The Future of Industrial Bioraffineries, un rapport publié la semaine dernière par le Forum économique mondial, évoque pourtant un marché potentiel de 295 milliards de dollars (237 Mrds €) d'ici à 2020 pour les biocarburants, les produits chimiques et matériaux biosourcés, et la bioénergie. Si on retranche cette dernière, le potentiel dépasse les 230 Mrds $, avec de multiples ouvertures pour les industriels de la chimie. Concocté en collaboration avec DSM, Braskem, Novozymes et DuPont, ce rapport dessine les potentialités par segments. Du côté des matières premières agricoles et de la production de biomasse, évalués respectivement à 15 et 89 Mrds $ d'ici à 10 ans, de multiples secteurs sont concernés comme les engrais, les semences, les phytosanitaires et tout ce qui permettra de mieux valoriser la chaîne de la biomasse. Entre la production et la conversion de biomasse, le rapport évoque un marché de 30 Mrds $ pour les nouveaux procédés de densification afin d'optimiser les solutions logistiques. Le bioraffinage, qui nécessitera une multitude d'outils de transformation (enzymes, micro-organismes... ), représenterait une "niche" de 10 Mrds $. En sortie de chaîne, les biocarburants pèseraient d'ici à 10 ans pour 80 Mrds $ et les produits et plastiques biosourcés incarneraient un marché de 10 voire 15 Mrds $. À l'horizon 2020, la production de produits chimiques biosourcés atteindrait ainsi 9 % du total de la production chimique.

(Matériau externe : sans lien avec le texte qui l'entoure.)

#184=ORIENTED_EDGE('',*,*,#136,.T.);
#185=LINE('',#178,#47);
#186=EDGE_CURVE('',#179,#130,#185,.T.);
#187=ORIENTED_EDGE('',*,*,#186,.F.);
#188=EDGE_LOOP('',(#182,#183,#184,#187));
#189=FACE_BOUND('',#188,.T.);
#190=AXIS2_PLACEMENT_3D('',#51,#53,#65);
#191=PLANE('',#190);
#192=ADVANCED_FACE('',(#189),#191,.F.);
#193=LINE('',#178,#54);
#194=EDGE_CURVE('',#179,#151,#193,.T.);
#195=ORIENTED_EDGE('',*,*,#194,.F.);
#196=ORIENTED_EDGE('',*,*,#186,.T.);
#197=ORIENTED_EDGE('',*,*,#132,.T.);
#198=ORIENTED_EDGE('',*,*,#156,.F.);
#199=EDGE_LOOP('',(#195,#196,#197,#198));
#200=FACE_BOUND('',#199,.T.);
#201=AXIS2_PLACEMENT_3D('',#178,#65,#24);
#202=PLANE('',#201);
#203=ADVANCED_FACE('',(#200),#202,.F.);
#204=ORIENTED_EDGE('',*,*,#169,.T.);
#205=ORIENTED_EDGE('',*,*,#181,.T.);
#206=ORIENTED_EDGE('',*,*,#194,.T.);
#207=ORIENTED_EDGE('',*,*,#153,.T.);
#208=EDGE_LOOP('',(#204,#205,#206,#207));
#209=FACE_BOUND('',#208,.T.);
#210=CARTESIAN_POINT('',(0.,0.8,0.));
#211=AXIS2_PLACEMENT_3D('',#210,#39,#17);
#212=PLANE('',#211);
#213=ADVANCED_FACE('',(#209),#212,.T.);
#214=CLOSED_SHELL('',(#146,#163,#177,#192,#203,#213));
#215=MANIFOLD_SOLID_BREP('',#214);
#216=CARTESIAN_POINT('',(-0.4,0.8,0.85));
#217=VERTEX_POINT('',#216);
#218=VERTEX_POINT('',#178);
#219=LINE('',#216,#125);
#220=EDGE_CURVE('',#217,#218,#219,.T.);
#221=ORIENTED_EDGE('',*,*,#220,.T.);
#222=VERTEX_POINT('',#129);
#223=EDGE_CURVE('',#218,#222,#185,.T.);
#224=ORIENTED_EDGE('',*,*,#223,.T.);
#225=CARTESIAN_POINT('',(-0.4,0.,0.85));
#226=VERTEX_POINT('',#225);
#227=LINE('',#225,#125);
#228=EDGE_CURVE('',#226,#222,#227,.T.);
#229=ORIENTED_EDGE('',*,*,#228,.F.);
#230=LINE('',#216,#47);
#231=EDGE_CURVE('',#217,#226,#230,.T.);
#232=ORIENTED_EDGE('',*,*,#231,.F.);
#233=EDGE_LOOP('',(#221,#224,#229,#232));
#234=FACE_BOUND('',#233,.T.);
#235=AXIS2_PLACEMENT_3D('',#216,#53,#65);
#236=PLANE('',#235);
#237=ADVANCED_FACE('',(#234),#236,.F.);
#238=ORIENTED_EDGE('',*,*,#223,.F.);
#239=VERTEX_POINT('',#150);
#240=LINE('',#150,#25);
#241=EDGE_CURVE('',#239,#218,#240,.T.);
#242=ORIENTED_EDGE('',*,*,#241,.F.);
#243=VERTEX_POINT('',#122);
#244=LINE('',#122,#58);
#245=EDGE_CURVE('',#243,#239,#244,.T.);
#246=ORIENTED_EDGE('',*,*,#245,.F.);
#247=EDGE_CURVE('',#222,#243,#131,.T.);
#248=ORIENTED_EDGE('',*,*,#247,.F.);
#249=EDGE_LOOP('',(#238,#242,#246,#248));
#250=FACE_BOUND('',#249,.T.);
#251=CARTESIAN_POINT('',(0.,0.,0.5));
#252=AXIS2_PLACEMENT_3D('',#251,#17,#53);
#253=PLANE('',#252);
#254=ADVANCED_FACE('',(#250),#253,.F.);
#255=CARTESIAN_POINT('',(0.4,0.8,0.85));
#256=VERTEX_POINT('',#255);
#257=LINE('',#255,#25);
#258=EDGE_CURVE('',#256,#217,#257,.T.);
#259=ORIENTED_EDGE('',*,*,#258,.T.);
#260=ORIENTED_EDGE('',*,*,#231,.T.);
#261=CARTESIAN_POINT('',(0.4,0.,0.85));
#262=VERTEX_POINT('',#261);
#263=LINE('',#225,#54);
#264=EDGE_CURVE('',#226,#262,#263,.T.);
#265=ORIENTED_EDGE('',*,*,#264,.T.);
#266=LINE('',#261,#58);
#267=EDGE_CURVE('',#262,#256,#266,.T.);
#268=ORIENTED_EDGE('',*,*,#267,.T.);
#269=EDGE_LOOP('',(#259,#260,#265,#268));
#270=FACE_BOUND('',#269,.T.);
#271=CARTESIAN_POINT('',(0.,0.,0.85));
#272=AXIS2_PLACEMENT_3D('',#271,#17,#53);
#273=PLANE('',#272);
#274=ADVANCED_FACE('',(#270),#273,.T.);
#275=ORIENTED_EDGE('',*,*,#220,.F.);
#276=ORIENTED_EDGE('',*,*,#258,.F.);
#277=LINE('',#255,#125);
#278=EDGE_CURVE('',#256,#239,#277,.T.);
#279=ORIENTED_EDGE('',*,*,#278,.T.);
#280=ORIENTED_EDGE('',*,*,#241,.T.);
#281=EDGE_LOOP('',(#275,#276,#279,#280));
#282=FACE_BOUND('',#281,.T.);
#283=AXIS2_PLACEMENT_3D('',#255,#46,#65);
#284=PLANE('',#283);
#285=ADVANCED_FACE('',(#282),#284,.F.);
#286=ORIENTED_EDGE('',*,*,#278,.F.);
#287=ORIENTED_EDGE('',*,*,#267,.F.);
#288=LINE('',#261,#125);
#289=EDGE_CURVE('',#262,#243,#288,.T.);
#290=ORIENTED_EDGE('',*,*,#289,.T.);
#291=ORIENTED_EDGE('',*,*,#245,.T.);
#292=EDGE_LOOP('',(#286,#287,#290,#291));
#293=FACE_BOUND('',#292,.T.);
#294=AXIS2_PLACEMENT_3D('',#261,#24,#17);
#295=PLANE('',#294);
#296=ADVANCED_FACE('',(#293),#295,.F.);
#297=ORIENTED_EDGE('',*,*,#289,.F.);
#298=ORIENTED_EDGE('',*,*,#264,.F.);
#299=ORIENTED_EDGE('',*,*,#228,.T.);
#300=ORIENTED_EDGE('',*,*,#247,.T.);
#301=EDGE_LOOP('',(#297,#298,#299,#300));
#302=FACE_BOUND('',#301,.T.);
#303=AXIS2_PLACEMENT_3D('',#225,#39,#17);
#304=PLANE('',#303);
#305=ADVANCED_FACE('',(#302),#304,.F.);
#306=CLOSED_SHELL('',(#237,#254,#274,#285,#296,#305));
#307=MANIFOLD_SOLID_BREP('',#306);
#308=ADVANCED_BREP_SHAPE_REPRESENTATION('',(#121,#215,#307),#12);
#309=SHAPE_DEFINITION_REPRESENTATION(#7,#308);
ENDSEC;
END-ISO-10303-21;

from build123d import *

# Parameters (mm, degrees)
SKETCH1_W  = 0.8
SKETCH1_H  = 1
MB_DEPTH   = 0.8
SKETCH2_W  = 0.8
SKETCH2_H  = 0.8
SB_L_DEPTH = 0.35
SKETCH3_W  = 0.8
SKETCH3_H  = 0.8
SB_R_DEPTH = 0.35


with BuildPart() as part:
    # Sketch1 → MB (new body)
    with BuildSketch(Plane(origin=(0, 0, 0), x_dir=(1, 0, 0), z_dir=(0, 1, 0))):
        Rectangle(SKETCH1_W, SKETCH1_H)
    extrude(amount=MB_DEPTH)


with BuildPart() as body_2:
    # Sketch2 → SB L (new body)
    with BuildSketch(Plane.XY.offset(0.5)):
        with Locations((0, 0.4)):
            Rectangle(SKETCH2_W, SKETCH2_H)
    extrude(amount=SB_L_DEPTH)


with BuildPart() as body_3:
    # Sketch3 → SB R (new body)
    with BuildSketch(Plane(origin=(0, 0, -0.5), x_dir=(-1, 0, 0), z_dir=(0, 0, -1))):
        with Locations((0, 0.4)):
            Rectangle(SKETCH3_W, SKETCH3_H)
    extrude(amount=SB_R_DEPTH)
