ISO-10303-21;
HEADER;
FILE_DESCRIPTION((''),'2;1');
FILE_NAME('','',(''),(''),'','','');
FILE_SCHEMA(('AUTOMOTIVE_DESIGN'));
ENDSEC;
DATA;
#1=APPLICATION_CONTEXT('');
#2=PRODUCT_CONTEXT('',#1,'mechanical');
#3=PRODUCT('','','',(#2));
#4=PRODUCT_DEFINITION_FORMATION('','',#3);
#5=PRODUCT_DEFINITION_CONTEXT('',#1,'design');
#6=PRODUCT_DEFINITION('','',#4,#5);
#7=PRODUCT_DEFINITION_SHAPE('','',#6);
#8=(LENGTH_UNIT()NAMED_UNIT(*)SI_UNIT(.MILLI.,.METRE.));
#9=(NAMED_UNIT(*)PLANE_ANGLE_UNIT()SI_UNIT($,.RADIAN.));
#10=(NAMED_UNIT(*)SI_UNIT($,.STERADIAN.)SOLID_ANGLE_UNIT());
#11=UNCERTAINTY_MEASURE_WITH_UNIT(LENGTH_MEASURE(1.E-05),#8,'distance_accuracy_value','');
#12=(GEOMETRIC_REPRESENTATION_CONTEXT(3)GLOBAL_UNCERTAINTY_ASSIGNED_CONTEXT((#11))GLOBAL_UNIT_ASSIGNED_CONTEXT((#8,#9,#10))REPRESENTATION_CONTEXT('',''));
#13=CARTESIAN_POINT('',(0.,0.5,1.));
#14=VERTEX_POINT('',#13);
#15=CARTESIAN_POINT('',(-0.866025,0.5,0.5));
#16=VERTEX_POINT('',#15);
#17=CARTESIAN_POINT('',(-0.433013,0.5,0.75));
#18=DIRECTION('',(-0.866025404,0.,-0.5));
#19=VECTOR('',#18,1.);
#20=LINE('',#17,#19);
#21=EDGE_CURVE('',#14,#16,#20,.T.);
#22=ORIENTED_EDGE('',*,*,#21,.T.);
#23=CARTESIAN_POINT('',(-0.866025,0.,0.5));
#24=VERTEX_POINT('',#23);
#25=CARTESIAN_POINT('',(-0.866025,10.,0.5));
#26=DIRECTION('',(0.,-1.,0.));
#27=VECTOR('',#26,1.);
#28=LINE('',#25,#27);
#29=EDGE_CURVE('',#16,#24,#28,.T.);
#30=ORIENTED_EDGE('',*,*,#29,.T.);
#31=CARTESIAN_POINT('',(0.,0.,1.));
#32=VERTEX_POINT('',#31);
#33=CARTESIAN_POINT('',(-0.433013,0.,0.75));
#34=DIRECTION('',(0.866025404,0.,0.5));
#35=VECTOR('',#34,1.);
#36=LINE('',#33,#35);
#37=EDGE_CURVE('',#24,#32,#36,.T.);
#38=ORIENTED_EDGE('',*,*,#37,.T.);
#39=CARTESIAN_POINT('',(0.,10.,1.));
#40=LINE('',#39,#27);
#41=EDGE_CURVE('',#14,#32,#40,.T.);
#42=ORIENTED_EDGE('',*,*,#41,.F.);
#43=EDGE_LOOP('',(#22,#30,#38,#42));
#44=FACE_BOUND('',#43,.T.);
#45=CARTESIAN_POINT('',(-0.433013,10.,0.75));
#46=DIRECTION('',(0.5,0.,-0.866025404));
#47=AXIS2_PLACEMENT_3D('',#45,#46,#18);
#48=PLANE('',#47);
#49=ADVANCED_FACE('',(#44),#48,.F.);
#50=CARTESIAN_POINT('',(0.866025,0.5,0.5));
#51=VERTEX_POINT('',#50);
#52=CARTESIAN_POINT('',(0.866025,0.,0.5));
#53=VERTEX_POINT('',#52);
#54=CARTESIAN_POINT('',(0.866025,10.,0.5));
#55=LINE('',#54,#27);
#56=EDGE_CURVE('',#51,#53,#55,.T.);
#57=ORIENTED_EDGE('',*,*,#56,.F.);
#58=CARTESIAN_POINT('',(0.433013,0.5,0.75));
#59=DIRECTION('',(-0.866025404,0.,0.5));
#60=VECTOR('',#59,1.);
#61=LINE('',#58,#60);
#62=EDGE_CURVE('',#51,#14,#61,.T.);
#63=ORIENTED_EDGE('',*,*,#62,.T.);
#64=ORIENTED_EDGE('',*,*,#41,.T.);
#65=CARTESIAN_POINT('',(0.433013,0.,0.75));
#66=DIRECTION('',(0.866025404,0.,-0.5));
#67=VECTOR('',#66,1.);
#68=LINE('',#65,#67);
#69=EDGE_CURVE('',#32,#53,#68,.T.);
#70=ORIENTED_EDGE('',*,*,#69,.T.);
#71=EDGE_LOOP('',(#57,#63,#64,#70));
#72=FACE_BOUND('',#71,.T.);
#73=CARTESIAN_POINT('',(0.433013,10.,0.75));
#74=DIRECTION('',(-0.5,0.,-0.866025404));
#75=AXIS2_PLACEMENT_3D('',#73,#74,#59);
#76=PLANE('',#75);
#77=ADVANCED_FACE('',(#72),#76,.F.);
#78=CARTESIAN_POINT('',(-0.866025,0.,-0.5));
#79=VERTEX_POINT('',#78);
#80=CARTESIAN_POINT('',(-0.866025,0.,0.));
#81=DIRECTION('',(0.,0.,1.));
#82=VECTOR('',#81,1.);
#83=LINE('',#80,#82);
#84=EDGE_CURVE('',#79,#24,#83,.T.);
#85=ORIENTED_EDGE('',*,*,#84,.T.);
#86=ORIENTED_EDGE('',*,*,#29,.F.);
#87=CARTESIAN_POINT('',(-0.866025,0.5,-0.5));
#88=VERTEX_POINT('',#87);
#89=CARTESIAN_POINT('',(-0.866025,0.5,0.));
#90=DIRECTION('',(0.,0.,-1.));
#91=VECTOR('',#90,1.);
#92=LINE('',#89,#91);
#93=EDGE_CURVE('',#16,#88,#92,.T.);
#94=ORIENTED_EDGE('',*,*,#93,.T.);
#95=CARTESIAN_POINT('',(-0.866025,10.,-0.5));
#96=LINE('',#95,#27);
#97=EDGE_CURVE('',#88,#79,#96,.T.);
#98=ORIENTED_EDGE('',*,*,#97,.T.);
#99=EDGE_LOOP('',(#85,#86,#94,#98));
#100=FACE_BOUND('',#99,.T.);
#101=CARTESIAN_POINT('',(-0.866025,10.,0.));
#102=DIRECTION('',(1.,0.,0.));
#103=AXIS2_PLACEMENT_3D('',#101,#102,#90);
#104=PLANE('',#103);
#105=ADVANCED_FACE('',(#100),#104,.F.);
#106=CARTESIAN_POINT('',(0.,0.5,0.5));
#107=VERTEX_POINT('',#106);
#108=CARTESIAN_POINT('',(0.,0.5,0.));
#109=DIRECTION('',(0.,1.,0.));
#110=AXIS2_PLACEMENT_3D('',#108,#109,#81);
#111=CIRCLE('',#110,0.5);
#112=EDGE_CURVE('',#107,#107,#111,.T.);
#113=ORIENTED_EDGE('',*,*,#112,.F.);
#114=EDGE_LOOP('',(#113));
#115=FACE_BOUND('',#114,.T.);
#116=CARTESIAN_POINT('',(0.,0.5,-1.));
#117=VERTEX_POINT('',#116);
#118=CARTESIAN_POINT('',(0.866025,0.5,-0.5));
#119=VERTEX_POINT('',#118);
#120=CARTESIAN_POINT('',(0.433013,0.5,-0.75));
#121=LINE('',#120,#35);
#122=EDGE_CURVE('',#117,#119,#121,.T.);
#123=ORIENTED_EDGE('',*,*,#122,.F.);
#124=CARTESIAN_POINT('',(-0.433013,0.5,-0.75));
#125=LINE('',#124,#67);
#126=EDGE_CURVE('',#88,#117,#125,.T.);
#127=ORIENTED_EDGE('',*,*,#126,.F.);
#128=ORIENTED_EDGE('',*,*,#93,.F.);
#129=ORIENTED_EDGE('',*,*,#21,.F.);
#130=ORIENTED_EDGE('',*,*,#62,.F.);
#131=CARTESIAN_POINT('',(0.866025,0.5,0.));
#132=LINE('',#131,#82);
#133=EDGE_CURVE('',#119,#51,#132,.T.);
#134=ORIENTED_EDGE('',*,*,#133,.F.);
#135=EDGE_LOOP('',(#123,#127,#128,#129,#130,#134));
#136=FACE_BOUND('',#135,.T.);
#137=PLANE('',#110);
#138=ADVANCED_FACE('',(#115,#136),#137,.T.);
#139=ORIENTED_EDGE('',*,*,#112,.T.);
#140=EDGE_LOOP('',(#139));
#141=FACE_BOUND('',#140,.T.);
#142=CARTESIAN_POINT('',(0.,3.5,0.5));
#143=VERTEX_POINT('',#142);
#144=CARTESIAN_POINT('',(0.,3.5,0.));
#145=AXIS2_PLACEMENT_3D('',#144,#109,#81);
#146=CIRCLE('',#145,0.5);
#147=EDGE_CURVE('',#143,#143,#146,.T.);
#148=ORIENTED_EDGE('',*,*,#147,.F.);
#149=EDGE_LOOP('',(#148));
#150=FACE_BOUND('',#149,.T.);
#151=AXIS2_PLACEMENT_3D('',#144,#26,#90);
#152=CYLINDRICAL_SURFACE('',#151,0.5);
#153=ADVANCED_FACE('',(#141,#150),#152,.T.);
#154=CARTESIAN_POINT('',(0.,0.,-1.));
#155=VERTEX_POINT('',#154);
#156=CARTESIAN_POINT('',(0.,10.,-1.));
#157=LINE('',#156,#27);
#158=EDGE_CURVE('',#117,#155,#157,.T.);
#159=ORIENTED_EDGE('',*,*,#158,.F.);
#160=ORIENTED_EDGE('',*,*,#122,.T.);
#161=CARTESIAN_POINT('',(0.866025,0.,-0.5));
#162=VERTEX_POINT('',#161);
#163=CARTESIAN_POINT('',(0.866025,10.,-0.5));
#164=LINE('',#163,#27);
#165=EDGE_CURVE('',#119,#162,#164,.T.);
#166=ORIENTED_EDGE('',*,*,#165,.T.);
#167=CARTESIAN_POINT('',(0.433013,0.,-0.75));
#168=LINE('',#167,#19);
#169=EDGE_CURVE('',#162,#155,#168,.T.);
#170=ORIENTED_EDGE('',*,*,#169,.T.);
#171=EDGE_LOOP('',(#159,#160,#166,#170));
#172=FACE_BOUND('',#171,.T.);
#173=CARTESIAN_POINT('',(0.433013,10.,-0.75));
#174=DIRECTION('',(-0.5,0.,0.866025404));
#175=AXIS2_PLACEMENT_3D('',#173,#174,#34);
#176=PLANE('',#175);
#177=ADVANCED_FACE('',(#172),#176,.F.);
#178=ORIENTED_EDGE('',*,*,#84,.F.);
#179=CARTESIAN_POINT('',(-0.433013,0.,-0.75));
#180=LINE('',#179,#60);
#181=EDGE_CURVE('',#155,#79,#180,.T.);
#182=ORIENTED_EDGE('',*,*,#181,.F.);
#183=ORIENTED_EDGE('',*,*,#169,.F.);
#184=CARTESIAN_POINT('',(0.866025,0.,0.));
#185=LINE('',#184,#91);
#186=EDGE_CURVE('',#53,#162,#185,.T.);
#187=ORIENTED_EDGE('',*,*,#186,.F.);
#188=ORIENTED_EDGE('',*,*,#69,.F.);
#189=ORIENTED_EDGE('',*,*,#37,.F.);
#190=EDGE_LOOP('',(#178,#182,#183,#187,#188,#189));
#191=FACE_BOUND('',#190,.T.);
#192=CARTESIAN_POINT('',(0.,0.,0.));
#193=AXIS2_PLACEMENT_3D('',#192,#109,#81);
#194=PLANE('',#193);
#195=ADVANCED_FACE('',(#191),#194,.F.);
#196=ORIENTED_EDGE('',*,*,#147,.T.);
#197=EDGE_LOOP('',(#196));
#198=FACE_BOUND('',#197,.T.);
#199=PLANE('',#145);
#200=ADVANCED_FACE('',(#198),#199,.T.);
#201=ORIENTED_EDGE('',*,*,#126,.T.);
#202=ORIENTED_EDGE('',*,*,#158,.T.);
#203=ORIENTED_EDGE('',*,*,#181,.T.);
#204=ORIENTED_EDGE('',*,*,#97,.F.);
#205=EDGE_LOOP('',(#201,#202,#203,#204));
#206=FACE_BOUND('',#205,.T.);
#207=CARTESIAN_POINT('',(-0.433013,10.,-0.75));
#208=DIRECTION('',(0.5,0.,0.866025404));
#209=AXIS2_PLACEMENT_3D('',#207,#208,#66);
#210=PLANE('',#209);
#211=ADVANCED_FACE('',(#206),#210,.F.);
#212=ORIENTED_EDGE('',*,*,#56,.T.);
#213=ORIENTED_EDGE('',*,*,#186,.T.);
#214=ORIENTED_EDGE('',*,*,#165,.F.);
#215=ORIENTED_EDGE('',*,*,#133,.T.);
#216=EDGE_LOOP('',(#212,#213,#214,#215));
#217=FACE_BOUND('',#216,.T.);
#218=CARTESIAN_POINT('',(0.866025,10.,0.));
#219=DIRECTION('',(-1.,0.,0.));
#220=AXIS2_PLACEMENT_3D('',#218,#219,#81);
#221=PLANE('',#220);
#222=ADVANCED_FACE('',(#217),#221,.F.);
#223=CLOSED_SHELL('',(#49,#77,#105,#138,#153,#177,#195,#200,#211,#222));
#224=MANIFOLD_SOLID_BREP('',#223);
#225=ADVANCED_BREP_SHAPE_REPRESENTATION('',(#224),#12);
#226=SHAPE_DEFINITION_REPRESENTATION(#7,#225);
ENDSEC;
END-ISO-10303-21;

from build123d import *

# Parameters (mm, degrees)
SKETCH1_R           = 1
BOSS_EXTRUDE1_DEPTH = 0.5
SKETCH2_R           = 0.5
BOSS_EXTRUDE2_DEPTH = 3
SKETCH3_OUTSIDE_W   = 4.9
SKETCH3_OUTSIDE_H   = 4.9
CUT_EXTRUDE1_DEPTH  = 10


with BuildPart() as part:
    # Sketch1 → Boss-Extrude1 (new body)
    with BuildSketch(Plane(origin=(0, 0, 0), x_dir=(1, 0, 0), z_dir=(0, 1, 0))):
        Circle(SKETCH1_R)
    extrude(amount=BOSS_EXTRUDE1_DEPTH)

    # Sketch2 → Boss-Extrude2 (add)
    with BuildSketch(Plane(origin=(0, 0.5, 0), x_dir=(1, 0, 0), z_dir=(0, 1, 0))):
        Circle(SKETCH2_R)
    extrude(amount=BOSS_EXTRUDE2_DEPTH)

    # Sketch3 outside → Cut-Extrude1 (cut)
    with BuildSketch(Plane(origin=(0, 0, 0), x_dir=(-1, 0, 0), z_dir=(0, -1, 0))):
        Rectangle(SKETCH3_OUTSIDE_W, SKETCH3_OUTSIDE_H)
        Polygon((0, 1), (0.866025404, 0.5), (0.866025404, -0.5), (0, -1), (-0.866025404, -0.5), (-0.866025404, 0.5), align=None, mode=Mode.SUBTRACT)
    extrude(amount=-CUT_EXTRUDE1_DEPTH, mode=Mode.SUBTRACT)


solid = part.part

"L'Europe et l'Asie très en retrait"

En plus d'établir un recensement des matières premières (amidon, micro-algues... ) ou de passer en revue les procédés (fermentation, gazéification, pyrolyse... ), le rapport dresse un état des lieux géographique. Avec un bilan peu valorisant pour l'Europe et l'Asie, très en retrait par rapport aux États-Unis et au Brésil. En Europe, malgré une forte volonté, trop peu de projets de bioraffineries sont en développement par rapport aux États-Unis, les efforts de R&D sont encore trop fragmentés, et les investissements insuffisants. Une situation très préjudiciable à en croire le rapport, lequel souligne ainsi qu' « une large partie des connaissances sur les technologies de bioraffinage issues des universités, des instituts de recherche et des industriels européens migre graduellement à l'étranger en raison du manque de projets en Europe ». En Asie, seule la Chine apparaît comme un élément moteur, notamment pour le bioéthanol. Aux États-Unis et au Brésil en revanche, les investissements, les projets et les capacités se sont multipliés ces dernières années. Les deux champions de l'éthanol ont d'ailleurs pris le virage du bioéthanol avec une tendance de plus en plus nette pour la valorisation des résidus plutôt que des matières comestibles. Un développement économique qui se décline aussi par le biais de l'emploi. Rien qu'aux États-Unis, le nombre de postes dans l'industrie du bioraffinage devrait passer de 40 000 à 800 000 d'ici à 2022. À l'heure où Bernardo Gradin, le p-dg de Braskem évoque une « troisième révolution industrielle », le rapport souligne que le développement des procédés, des technologies, des infrastructures et des financements ne peut se faire de manière isolée. Cela passera par un rapprochement d'entreprises venues d'horizons parfois très différents, et surtout d'une meilleure collaboration public-privé et, de fait, d'un meilleur soutien des pouvoirs publics. Pour le bio aussi, l'union fera la force.